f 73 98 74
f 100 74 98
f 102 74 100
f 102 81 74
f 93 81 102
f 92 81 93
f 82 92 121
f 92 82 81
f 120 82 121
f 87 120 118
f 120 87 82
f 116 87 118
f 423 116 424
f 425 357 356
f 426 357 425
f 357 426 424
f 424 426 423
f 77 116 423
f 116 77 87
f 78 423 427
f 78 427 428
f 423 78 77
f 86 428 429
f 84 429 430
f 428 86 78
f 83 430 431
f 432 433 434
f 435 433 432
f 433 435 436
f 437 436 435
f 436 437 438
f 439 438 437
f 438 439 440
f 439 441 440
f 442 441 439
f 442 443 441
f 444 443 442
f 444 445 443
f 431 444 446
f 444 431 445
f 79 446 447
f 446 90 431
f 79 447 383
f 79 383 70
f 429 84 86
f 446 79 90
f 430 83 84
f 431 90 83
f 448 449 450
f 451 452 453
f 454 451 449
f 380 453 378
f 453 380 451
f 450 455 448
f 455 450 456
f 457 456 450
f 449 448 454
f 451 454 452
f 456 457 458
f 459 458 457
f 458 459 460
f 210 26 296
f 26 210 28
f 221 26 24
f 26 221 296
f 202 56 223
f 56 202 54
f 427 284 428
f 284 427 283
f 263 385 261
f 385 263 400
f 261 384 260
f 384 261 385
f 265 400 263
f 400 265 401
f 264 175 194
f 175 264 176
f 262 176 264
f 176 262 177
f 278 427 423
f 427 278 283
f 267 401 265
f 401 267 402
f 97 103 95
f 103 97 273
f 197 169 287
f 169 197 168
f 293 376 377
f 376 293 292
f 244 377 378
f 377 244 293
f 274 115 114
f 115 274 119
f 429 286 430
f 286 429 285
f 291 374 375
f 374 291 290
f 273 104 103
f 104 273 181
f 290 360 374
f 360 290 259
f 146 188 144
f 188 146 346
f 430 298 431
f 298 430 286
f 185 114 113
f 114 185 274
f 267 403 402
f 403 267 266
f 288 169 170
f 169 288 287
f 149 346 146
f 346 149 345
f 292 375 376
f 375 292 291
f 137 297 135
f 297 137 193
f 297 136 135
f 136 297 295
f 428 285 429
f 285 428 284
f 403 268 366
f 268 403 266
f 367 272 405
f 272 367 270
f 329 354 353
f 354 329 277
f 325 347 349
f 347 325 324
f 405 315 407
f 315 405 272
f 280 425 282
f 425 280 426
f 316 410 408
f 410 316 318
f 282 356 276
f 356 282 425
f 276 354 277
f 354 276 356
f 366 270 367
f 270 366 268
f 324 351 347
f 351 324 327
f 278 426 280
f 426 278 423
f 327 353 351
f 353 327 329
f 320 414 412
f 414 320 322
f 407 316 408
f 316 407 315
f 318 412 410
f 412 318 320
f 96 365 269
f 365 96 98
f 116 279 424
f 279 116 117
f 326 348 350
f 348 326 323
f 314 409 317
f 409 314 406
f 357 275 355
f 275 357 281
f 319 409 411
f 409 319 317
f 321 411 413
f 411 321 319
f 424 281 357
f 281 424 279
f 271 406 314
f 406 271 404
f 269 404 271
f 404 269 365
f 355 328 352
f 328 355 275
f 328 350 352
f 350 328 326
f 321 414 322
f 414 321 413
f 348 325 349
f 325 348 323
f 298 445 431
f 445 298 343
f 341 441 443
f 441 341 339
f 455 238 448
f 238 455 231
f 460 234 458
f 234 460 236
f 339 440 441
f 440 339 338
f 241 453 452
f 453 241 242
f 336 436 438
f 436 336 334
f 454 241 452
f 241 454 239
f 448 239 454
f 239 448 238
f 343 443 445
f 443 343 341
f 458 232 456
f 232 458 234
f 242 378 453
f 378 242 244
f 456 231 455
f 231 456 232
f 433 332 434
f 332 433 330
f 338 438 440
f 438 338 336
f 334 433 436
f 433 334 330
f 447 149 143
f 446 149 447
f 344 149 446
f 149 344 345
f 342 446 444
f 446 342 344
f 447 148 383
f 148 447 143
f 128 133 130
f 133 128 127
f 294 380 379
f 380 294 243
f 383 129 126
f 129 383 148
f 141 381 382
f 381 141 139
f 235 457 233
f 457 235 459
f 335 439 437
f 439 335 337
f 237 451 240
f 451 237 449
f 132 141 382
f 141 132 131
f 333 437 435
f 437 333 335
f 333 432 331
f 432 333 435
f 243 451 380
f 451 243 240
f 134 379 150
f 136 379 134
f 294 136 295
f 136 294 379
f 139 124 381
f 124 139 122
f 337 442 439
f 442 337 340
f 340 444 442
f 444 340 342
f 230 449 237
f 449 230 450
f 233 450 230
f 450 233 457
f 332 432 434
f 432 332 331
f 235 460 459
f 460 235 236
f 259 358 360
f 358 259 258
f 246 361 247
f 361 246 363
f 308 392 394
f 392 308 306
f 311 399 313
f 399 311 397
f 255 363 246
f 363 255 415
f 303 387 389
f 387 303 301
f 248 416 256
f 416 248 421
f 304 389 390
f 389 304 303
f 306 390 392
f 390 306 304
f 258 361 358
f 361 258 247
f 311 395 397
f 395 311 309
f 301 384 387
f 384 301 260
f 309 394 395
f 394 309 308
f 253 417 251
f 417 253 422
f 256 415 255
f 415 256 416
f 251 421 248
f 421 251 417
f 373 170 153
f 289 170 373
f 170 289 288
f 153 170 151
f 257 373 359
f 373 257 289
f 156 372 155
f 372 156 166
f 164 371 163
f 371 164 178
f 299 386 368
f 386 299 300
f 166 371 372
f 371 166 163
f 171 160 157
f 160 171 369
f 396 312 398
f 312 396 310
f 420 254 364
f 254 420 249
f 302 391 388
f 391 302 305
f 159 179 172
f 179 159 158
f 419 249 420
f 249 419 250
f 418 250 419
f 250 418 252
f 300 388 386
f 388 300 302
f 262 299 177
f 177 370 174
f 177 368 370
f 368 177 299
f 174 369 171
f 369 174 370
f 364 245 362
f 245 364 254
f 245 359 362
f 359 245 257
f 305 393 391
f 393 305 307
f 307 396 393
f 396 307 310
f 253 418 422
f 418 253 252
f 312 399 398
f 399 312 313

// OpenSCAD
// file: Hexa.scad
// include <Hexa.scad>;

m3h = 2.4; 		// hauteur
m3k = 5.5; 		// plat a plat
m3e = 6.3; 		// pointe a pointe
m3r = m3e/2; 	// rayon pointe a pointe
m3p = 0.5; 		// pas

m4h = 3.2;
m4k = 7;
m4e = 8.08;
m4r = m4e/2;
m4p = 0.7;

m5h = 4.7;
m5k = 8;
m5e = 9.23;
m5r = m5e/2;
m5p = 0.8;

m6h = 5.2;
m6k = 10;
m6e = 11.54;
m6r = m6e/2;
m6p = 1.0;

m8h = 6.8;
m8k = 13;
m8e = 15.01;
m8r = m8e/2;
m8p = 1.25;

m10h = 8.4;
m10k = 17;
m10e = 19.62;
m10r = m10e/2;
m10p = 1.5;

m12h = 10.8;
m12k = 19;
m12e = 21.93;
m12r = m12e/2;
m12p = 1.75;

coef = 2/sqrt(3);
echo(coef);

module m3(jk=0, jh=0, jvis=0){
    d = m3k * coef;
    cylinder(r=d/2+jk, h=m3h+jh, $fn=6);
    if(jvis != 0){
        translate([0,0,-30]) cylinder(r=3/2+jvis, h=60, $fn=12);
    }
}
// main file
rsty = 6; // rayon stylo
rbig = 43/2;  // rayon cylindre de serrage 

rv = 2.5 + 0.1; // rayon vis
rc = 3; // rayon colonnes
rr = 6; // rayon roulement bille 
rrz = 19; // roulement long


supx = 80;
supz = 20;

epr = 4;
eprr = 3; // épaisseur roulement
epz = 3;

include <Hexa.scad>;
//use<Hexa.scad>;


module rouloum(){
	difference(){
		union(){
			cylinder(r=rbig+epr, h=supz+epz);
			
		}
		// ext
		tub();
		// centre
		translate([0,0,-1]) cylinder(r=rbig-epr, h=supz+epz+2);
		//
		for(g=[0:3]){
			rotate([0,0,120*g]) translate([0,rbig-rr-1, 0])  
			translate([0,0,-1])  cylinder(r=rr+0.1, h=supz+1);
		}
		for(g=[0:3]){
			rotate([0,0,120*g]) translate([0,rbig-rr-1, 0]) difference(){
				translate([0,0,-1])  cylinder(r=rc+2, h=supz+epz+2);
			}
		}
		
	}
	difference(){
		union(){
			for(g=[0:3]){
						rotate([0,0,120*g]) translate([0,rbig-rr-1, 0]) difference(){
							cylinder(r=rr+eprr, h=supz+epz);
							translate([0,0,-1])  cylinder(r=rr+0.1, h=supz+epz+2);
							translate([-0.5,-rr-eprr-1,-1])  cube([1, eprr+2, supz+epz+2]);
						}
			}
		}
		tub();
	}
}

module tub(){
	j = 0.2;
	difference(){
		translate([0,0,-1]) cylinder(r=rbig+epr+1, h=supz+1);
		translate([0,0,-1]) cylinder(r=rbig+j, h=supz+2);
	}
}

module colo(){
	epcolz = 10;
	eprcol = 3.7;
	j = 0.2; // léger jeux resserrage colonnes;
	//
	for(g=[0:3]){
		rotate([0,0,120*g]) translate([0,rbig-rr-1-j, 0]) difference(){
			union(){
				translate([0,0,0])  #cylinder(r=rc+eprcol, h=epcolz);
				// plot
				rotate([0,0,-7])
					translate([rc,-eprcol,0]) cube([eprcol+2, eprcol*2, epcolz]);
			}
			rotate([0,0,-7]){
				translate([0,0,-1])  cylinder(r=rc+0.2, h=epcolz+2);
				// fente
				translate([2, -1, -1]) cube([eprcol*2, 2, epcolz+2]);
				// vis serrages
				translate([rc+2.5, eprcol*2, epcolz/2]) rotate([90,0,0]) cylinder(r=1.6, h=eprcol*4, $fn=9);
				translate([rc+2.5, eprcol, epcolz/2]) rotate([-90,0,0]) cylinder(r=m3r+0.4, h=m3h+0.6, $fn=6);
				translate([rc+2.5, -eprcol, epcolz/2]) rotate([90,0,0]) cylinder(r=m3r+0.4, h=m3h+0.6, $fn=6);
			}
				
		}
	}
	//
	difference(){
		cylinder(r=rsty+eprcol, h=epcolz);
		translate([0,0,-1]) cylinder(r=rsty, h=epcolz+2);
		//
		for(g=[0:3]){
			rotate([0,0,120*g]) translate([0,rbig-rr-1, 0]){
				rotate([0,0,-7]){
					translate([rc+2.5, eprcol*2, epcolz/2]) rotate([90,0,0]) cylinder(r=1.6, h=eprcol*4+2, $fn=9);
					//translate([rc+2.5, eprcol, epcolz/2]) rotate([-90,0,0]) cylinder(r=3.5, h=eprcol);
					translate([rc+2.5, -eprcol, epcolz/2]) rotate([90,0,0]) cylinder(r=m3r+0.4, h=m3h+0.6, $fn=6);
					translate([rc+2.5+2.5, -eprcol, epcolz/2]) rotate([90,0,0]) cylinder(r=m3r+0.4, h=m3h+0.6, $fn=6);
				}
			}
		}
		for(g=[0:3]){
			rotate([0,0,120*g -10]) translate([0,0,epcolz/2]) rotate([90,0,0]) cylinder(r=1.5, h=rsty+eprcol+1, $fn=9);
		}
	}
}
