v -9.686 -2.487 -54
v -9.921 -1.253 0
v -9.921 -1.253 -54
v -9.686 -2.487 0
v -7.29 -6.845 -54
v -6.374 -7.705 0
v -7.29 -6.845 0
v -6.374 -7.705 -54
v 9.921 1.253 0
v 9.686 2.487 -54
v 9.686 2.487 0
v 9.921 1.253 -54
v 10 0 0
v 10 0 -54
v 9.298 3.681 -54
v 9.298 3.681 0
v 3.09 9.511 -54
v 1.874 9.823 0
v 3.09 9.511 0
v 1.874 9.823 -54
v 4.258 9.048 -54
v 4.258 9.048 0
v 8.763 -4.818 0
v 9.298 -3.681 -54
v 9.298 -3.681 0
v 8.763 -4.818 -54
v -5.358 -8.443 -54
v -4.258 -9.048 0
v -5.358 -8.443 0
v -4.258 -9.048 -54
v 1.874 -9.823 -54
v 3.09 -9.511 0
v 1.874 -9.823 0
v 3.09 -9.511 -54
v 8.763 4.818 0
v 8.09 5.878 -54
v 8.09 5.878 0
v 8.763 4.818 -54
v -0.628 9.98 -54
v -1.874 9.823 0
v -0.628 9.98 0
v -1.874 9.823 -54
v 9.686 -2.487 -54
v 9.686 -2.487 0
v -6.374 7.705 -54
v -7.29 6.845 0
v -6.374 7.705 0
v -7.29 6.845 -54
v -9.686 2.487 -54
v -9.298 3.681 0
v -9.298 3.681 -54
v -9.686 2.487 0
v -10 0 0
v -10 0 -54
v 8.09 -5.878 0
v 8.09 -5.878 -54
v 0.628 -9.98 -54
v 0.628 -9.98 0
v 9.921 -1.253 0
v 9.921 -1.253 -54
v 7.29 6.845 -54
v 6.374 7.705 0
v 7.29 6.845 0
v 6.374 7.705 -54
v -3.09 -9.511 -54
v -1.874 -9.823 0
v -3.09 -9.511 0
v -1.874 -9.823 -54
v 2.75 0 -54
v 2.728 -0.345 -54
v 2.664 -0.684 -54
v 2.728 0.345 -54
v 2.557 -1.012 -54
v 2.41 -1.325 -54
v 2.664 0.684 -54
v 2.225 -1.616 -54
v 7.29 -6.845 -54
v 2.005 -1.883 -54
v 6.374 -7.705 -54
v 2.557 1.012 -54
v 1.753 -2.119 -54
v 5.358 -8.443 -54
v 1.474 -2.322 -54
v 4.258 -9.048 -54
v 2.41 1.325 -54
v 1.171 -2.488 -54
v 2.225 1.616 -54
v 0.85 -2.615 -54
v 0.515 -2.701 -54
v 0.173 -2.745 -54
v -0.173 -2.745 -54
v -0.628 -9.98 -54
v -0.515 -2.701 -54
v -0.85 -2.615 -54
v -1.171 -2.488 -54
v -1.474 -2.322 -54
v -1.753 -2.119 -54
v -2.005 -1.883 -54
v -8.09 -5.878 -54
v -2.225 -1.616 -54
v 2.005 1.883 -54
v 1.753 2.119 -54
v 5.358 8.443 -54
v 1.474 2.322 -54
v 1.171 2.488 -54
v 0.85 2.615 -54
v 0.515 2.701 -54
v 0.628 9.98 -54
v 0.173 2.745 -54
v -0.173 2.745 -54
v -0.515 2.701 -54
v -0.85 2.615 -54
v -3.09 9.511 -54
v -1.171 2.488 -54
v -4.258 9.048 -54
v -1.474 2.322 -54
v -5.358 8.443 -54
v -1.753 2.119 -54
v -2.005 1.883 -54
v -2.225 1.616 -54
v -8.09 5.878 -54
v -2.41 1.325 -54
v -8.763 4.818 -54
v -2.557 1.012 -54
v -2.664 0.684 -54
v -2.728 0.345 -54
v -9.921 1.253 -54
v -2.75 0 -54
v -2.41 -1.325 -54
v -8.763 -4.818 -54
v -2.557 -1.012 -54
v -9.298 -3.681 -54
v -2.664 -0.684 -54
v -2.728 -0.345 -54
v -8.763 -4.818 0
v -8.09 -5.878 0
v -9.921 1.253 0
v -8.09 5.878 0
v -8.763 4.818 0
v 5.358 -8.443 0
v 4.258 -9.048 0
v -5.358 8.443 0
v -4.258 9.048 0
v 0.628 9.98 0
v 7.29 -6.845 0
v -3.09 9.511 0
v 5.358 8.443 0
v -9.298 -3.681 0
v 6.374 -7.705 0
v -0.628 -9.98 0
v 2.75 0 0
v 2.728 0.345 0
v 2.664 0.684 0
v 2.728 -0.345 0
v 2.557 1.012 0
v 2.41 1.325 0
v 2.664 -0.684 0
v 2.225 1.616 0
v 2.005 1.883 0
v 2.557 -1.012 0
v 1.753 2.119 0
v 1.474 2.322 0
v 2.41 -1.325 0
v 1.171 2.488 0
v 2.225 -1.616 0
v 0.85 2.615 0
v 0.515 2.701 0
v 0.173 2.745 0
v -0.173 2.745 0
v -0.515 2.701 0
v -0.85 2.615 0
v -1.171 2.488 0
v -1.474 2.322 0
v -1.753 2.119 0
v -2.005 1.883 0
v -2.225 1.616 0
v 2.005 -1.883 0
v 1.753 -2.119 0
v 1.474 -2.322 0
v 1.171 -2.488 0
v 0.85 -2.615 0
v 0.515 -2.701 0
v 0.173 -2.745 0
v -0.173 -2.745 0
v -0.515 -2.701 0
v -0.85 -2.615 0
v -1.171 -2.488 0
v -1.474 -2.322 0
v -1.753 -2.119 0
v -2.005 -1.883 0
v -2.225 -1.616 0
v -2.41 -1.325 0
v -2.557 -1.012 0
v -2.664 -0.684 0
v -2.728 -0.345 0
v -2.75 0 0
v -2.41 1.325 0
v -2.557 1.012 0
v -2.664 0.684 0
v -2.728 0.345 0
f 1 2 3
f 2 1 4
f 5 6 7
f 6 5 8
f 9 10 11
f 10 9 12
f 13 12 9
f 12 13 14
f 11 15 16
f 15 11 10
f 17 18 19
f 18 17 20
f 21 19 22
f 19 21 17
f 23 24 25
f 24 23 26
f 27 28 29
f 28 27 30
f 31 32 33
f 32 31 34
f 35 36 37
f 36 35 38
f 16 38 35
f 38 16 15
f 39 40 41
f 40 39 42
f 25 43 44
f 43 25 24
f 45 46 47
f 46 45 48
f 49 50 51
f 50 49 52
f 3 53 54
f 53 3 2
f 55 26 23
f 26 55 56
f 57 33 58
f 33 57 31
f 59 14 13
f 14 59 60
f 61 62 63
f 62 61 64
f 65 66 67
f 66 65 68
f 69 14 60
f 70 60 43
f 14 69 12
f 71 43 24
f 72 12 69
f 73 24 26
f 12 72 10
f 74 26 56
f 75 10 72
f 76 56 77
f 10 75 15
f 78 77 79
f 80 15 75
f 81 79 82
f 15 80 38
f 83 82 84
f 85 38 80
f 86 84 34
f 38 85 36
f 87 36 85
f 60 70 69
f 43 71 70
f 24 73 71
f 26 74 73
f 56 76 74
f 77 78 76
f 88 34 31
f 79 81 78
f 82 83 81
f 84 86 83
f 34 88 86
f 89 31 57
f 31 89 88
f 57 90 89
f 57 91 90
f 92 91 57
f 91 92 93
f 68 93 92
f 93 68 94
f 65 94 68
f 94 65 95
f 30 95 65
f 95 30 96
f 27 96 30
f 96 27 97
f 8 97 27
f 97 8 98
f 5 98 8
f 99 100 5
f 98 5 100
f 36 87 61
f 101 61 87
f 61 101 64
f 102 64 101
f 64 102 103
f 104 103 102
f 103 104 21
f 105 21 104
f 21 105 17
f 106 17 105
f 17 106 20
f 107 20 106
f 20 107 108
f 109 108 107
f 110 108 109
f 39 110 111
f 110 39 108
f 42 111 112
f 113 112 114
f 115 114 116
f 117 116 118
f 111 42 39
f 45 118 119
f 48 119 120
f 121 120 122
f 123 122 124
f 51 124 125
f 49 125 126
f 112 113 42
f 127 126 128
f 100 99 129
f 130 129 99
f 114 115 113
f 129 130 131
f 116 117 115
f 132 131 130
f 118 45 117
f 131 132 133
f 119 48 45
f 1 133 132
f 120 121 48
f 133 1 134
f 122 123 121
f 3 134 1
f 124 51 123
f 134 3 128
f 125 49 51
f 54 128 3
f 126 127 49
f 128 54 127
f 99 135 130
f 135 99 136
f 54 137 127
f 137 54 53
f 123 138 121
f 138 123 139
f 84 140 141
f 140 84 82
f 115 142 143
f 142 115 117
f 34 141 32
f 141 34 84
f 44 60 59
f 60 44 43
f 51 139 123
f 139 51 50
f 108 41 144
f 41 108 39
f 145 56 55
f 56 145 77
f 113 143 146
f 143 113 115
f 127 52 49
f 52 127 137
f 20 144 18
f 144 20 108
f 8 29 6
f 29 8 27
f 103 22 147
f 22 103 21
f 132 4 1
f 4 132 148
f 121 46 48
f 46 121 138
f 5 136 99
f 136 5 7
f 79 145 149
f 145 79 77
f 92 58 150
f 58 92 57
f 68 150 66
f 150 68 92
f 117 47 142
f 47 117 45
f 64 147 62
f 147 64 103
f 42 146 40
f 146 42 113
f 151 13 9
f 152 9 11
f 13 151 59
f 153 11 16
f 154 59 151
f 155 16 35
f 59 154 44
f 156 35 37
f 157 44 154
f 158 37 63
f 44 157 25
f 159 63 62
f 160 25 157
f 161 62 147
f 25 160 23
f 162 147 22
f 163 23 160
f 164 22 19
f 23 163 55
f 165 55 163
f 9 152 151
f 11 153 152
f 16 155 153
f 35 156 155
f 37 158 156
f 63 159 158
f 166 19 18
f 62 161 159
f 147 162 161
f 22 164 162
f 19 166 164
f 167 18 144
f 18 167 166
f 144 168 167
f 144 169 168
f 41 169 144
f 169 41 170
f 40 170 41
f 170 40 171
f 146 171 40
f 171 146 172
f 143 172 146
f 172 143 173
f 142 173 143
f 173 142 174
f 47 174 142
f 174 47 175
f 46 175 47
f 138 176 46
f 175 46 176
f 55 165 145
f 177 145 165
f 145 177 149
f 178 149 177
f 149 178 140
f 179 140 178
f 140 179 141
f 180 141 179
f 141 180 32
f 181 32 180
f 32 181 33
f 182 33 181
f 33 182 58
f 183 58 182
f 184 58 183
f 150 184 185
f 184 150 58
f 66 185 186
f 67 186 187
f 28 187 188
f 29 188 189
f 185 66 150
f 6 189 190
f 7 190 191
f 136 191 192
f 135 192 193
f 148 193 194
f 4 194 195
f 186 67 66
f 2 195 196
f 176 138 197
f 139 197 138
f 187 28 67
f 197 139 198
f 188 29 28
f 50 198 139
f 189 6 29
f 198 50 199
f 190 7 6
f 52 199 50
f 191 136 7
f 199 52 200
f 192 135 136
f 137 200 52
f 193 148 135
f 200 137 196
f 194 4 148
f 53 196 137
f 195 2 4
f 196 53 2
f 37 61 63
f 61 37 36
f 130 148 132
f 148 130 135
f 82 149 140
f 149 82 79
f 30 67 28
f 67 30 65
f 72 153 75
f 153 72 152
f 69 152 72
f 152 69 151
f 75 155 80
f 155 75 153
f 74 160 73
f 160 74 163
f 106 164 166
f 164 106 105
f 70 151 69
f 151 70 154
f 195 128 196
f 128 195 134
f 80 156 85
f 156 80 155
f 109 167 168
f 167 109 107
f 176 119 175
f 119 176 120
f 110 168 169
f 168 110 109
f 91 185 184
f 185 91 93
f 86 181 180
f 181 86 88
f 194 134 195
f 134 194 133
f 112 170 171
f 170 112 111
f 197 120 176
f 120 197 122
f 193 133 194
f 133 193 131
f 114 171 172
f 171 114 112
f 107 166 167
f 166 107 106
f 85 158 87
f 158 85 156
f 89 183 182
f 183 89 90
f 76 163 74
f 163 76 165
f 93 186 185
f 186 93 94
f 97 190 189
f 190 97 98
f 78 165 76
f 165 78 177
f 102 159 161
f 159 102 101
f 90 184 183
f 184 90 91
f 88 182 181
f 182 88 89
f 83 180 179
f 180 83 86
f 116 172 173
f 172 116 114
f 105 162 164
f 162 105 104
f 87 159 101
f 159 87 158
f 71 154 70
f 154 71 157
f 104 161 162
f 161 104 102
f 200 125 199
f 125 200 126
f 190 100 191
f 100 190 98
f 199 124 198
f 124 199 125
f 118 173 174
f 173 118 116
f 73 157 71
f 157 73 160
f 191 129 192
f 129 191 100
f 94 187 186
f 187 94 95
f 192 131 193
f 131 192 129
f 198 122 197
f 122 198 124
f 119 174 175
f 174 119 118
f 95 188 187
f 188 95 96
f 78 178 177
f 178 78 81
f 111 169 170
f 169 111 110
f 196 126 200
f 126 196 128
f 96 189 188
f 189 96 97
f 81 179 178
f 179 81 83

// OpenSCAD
$fn = 50;


difference() {
	union() {
		translate(v = [0, 0, -54.0000000000]) {
			cylinder(h = 54, r = 10.0000000000);
		}
		cylinder(h = 0, r = 13.0000000000);
	}
	union() {
		#translate(v = [0, 0, -54]) {
			cylinder(h = 54, r = 2.7500000000);
		}
	}
}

**What is expected**
Above are the lines; repeat exactly the ones from the line containing "f 197 169 287" down to the line containing "f 315 405 272", both inclusive.

**Task answer**
f 197 169 287
f 169 197 168
f 293 376 377
f 376 293 292
f 244 377 378
f 377 244 293
f 274 115 114
f 115 274 119
f 429 286 430
f 286 429 285
f 291 374 375
f 374 291 290
f 273 104 103
f 104 273 181
f 290 360 374
f 360 290 259
f 146 188 144
f 188 146 346
f 430 298 431
f 298 430 286
f 185 114 113
f 114 185 274
f 267 403 402
f 403 267 266
f 288 169 170
f 169 288 287
f 149 346 146
f 346 149 345
f 292 375 376
f 375 292 291
f 137 297 135
f 297 137 193
f 297 136 135
f 136 297 295
f 428 285 429
f 285 428 284
f 403 268 366
f 268 403 266
f 367 272 405
f 272 367 270
f 329 354 353
f 354 329 277
f 325 347 349
f 347 325 324
f 405 315 407
f 315 405 272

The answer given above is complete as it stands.